We will give the reader an idea of the style by one or two selections. The following well-aimed shaft pierces to the heart of almost the only plea for the theatre that has any plausibility in it:

But this refined and intellectual class, removed in part from the evils that press our fallen humanity to the earth, often care little for the moral tendencies of that which they most admire in art. It is enough for them that there is the divine power of creation displayed in it. Little does it concern them how this display of power is to affect the masses of uncultivated minds; little care they how extensively the accessories of art may sensualize and dishonor the multitude. ** Divine art is too pure to corrupt, in their opinion, and hence they idolize it whenever found, to whatever foul

and polluting associates it may be allied. The drama, as embodying some of the finest creations of the intellect, and as opening a field on which the creations of the poet may be made visible to the eye of sense, is for that reason a favorite. They think not of its moral tendency; its thousands of vile and impure productions; its corrupt servitors; its disgusting accompaniments. They lose sight of the fact that it is not what they admire, that attracts the people and forms the character of the theatre-goers, and gives the real impulse to its teachings, and constitutes its most powerful and widespread influence upon society.

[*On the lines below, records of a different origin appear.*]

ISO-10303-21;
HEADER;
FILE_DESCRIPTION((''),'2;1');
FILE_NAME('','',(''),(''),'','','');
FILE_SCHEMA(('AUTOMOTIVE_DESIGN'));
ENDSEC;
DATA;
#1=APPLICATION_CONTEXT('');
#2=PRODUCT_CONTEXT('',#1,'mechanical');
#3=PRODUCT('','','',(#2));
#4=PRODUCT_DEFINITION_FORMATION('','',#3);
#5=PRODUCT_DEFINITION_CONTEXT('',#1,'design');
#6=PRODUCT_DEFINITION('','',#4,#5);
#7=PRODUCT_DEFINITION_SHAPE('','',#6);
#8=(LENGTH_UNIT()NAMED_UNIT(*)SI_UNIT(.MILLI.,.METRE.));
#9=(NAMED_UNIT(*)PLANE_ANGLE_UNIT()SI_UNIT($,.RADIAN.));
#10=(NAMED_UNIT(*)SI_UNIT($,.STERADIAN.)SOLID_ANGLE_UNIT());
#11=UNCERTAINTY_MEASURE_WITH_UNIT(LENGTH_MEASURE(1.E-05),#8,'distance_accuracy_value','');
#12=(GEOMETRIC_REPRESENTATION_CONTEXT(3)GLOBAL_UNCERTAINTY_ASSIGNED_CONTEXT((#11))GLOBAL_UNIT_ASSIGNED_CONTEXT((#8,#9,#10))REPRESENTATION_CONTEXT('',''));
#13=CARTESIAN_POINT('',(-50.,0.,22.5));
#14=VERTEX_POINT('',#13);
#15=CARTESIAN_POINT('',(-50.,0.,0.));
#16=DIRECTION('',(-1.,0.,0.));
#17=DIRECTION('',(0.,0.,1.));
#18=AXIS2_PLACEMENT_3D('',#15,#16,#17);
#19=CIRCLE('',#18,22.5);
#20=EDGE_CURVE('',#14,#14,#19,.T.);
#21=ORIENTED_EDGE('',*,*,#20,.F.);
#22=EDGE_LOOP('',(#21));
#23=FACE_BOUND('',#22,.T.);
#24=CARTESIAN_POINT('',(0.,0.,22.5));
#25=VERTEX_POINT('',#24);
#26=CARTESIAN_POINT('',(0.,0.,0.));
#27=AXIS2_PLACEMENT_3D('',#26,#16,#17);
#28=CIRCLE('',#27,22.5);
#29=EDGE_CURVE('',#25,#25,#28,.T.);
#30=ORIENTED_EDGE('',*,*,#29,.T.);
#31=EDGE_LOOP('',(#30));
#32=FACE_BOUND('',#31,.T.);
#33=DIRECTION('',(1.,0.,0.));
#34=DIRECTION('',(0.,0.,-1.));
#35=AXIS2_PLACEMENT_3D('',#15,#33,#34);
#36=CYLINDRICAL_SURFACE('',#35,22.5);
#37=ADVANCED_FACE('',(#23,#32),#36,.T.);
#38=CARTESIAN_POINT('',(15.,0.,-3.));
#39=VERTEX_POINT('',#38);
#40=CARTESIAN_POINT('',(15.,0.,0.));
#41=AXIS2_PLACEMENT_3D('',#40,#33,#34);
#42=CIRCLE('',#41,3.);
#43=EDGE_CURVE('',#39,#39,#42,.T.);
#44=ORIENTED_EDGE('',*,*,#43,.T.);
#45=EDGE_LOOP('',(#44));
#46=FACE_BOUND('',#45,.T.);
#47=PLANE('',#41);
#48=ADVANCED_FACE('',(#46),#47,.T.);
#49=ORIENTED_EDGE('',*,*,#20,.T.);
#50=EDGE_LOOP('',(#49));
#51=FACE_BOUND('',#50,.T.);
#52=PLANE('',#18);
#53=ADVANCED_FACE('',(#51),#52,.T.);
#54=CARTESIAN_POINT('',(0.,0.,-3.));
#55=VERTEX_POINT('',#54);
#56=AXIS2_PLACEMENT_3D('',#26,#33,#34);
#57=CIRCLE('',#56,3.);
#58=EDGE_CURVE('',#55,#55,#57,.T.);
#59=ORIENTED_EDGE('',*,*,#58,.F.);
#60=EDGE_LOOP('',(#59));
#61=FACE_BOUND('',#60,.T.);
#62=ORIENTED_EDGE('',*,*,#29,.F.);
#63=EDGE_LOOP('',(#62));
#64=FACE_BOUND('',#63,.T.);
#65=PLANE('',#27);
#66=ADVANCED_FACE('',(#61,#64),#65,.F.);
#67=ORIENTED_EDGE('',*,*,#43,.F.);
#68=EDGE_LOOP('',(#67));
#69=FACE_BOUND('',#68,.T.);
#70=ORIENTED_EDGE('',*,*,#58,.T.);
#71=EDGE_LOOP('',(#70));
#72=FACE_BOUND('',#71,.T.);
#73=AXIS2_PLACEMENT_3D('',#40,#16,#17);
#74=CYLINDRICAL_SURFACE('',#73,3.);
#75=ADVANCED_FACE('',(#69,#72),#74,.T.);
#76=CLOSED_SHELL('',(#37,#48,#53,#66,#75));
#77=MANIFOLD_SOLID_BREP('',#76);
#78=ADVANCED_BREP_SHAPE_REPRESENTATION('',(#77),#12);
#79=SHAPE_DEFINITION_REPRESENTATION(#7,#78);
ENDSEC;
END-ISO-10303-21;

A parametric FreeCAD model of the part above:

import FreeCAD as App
import Part
import Sketcher
from FreeCAD import Vector

doc = App.newDocument("Part")
body = doc.addObject("PartDesign::Body", "Body")

sketch1 = body.newObject("Sketcher::SketchObject", "Sketch")
sketch1.AttachmentSupport = (doc.getObject("YZ_Plane"), [""])
sketch1.MapMode = "FlatFace"
sketch1.addGeometry(Part.Circle(Vector(0, 0, 0), Vector(0, 0, 1), 3), False)
sketch1.addConstraint([
    Sketcher.Constraint("Coincident", 0, 3, -1, 1),
    Sketcher.Constraint("Diameter", 0, 6.0),
])
pad1 = body.newObject("PartDesign::Pad", "Pad")
pad1.Profile = sketch1
pad1.Length = 15

sketch2 = body.newObject("Sketcher::SketchObject", "Sketch001")
sketch2.AttachmentSupport = (doc.getObject("YZ_Plane"), [""])
sketch2.MapMode = "FlatFace"
sketch2.addGeometry(Part.Circle(Vector(0, 0, 0), Vector(0, 0, 1), 22), False)
sketch2.addConstraint([
    Sketcher.Constraint("Coincident", 0, 3, -1, 1),
    Sketcher.Constraint("Diameter", 0, 45.0),
])
pad2 = body.newObject("PartDesign::Pad", "Pad001")
pad2.Profile = sketch2
pad2.Length = 50
pad2.Reversed = True

doc.recompute()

They seem insensible to the fact, that a play-house conducted on principles of pure art, that should avoid the sources of popular corruption, and accommodate its arrangements to the claims of a high morality, and the standard of the Christian religion, would not last for a single month. The church needs no such auxiliary; the world tolerates no such puritanical institution; so between the two, no place would be found for it, no support would be given to it, and it must inevitably fall. Yet, I am bound to say, that it is just these men, apparently without any cordial sympathy with Christianity, and any spirit of self-sacrifice for the advancement of its interest, or the substantial interests of human life; men who view society through the haze of their own feelings, which, however they may be gilded by the imagination, adorned by learning, refined by the love of the intellectually beautiful, are in essence the purest and most inveterate kind of selfishness, deserving the wrath of Him who hath bound us to love our neighbor as ourselves; it is just such men who write the stage into fashion, and in the eyes of many, redeem it from its gross and sensual anti-Christian influence, by their enthusiasm for the poetry and the art which are there displayed. Small as this class may be, yet it is powerful; as educated mind and fine talents for composition are, and always have been mighty to move mankind, especially in the direction of pleasure and earthly excitement. Such men are like the childish helmsman, who, when at sea, steers his bark toward the Aurora Borealis, and, in the transports which this splendid display of natural art inspires, forgets the ice-berg, the rocks, and the lee-shore, until bark, helmsman, and crew, go down together in the all-embracing waters." pp. 162-4.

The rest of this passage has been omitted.